> [Try it]
Could you return every line of the records below that contains the word "fillet"?

> [Dataset entries]
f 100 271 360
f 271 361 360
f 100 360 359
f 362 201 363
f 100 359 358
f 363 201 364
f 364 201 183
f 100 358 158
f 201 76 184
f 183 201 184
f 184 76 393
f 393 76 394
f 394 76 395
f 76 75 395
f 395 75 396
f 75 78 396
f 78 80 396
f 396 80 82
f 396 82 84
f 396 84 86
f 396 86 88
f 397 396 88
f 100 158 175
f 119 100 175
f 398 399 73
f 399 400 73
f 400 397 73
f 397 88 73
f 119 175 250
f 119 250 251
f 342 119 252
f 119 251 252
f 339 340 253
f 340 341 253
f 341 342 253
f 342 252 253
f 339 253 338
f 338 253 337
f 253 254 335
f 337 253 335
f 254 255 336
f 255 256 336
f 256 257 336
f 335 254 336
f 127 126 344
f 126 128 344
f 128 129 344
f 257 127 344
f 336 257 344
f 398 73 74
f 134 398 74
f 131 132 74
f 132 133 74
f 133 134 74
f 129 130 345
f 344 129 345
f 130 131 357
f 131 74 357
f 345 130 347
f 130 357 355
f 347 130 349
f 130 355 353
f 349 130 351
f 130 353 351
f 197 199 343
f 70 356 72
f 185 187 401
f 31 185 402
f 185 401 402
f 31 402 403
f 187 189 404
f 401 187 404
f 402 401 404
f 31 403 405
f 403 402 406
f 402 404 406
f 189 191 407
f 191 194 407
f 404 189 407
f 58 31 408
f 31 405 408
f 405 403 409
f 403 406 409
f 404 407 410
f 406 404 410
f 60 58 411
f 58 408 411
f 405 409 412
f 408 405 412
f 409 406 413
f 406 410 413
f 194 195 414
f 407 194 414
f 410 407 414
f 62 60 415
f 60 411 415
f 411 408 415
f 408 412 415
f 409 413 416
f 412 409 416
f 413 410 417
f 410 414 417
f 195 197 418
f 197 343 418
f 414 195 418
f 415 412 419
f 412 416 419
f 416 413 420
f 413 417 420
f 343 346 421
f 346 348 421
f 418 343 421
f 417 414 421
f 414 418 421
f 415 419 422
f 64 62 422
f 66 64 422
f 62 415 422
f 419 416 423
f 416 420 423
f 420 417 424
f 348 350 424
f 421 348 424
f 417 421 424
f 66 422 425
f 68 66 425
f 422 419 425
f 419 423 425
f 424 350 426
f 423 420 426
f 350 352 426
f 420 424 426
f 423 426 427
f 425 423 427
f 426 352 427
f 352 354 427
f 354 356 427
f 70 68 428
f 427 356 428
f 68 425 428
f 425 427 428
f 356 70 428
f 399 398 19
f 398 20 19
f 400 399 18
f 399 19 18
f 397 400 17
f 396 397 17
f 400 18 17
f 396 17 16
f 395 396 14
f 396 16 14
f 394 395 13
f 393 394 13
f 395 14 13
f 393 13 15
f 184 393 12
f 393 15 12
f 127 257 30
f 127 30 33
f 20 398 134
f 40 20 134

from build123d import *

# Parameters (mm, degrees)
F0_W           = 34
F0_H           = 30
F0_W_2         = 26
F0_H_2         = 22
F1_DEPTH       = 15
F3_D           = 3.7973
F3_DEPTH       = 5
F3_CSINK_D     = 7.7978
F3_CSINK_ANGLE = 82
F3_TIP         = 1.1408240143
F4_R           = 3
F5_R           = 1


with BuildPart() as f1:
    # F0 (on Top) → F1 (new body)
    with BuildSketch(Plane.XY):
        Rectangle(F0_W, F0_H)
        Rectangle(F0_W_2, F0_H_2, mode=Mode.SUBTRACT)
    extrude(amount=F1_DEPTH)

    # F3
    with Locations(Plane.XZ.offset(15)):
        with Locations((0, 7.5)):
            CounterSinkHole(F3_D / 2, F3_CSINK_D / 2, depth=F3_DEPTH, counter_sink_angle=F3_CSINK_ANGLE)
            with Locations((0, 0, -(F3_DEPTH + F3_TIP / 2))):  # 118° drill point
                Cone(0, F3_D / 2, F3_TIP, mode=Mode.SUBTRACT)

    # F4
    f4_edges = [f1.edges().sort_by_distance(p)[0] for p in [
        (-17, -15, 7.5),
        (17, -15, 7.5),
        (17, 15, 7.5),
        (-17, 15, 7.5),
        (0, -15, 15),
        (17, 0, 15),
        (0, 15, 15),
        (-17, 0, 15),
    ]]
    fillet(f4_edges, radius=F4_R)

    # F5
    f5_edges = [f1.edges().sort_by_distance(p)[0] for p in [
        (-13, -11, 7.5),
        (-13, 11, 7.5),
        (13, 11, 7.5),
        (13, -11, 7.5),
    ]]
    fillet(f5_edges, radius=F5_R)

--

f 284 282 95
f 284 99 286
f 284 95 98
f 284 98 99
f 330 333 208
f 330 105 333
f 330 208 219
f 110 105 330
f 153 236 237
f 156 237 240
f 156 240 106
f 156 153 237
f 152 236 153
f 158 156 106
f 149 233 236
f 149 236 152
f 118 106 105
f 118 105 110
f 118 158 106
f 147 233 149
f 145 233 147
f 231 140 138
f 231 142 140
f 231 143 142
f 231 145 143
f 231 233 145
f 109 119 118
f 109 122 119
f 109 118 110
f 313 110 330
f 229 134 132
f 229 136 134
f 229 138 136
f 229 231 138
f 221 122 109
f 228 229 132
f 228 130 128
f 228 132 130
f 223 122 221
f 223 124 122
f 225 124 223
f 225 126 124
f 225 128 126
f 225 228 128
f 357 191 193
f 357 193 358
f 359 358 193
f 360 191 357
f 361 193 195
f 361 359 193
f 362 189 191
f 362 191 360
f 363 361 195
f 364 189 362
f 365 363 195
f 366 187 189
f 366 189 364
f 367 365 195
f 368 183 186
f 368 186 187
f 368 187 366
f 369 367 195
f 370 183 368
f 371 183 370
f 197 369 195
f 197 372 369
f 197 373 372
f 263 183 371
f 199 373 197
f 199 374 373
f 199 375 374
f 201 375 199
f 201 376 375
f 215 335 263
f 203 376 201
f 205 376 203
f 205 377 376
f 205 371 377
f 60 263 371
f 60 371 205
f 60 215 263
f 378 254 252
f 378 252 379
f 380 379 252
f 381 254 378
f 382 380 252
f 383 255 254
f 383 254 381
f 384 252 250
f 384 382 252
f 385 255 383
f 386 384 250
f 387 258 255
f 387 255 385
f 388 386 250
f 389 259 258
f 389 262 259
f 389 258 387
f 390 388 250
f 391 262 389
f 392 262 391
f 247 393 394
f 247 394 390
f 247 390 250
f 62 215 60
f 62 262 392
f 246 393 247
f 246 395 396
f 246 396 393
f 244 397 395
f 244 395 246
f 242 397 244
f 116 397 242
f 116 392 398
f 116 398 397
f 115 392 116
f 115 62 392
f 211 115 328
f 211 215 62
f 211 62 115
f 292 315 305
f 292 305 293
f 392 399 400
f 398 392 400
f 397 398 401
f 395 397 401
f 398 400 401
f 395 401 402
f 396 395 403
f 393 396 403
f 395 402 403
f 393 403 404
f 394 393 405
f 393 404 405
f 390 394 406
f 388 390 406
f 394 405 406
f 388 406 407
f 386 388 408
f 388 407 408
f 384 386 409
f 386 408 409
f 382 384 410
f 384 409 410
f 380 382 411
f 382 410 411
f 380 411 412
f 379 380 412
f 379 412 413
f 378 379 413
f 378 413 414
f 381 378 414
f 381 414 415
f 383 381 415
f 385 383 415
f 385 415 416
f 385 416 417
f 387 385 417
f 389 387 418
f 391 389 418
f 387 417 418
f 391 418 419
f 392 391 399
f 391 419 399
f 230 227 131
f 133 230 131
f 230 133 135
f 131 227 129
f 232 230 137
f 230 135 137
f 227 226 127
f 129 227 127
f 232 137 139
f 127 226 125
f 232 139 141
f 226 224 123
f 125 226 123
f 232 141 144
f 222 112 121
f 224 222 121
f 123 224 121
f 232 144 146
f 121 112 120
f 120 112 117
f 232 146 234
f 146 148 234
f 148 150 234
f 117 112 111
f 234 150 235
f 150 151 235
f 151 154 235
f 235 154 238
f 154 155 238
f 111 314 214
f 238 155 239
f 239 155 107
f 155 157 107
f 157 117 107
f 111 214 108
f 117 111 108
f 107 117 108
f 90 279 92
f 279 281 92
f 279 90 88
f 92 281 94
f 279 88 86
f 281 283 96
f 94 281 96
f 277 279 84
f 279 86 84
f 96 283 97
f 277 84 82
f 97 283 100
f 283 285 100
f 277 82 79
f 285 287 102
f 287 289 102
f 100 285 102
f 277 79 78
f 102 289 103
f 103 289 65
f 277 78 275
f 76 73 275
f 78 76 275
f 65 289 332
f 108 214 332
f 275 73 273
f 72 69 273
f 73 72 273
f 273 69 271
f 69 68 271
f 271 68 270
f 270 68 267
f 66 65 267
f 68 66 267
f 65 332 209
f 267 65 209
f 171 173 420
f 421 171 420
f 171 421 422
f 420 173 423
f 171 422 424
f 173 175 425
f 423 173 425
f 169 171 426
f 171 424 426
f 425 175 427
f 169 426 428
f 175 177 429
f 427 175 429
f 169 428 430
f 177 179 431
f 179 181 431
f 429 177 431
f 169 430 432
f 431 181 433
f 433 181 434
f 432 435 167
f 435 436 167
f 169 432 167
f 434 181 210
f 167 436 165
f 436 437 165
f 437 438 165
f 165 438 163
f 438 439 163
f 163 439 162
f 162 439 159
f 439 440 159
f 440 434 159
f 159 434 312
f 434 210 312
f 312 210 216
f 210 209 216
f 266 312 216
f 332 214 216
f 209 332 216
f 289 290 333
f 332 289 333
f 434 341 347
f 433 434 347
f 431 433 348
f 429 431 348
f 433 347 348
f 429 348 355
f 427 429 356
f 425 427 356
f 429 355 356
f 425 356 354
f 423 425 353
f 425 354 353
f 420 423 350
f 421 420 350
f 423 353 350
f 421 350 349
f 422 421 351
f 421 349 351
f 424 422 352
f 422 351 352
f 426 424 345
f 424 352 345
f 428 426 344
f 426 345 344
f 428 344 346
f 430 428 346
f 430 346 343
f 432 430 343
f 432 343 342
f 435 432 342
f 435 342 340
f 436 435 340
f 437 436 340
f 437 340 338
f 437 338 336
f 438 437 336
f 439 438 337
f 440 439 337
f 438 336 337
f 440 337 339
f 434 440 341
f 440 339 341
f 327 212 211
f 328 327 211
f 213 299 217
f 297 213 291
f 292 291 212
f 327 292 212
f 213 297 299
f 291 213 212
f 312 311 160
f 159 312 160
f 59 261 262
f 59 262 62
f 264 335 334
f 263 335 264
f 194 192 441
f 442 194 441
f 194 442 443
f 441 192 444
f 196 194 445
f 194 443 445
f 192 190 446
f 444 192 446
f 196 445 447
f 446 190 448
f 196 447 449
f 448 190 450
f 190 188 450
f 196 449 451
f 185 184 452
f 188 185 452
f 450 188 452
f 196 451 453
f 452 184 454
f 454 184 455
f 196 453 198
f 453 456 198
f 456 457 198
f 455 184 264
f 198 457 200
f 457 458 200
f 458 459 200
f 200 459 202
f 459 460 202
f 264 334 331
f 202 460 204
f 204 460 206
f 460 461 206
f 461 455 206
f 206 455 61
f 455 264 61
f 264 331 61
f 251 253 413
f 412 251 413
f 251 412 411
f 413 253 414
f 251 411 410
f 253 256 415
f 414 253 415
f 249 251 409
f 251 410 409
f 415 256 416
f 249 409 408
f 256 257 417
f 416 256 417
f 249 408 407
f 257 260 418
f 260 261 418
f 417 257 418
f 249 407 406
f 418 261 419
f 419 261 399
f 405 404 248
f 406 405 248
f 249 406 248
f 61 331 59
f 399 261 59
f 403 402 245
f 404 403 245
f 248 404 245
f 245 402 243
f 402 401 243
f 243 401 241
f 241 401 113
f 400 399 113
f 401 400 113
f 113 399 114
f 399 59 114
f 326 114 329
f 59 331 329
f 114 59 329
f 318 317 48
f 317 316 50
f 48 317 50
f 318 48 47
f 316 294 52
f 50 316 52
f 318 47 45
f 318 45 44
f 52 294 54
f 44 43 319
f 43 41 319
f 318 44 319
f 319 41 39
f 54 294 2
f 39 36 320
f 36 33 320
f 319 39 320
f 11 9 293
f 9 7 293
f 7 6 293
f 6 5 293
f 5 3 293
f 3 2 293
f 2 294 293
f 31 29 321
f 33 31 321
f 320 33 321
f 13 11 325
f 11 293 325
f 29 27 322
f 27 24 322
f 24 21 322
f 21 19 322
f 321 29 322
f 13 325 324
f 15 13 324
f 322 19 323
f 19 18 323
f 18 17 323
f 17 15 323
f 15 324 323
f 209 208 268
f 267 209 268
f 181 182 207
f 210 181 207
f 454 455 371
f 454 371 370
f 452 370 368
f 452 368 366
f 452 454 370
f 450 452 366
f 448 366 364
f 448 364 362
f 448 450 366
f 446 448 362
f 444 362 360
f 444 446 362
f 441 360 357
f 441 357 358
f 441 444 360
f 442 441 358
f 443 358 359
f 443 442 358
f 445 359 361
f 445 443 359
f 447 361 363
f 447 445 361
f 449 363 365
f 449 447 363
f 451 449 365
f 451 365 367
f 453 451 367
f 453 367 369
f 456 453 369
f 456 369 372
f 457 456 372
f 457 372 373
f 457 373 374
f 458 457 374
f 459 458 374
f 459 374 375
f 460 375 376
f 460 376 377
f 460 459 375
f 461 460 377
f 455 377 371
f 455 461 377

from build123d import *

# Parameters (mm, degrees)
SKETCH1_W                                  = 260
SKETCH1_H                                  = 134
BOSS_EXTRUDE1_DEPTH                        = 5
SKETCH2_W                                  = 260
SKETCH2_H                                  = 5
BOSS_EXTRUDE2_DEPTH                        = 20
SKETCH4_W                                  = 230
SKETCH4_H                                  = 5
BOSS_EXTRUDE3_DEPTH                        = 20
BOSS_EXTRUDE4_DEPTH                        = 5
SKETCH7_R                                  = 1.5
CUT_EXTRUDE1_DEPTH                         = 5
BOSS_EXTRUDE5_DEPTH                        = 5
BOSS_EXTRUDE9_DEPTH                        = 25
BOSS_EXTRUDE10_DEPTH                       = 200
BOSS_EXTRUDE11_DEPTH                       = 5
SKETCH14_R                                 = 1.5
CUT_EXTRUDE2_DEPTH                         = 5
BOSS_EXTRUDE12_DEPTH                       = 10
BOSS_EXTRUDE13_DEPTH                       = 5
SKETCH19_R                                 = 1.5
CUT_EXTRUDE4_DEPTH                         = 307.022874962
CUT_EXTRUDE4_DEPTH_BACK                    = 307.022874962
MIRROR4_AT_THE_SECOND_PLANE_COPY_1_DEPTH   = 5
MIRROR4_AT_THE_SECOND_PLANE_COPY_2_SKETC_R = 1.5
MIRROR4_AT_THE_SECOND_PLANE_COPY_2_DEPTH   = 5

> [Written solution]
    fillet(f4_edges, radius=F4_R)
    fillet(f5_edges, radius=F5_R)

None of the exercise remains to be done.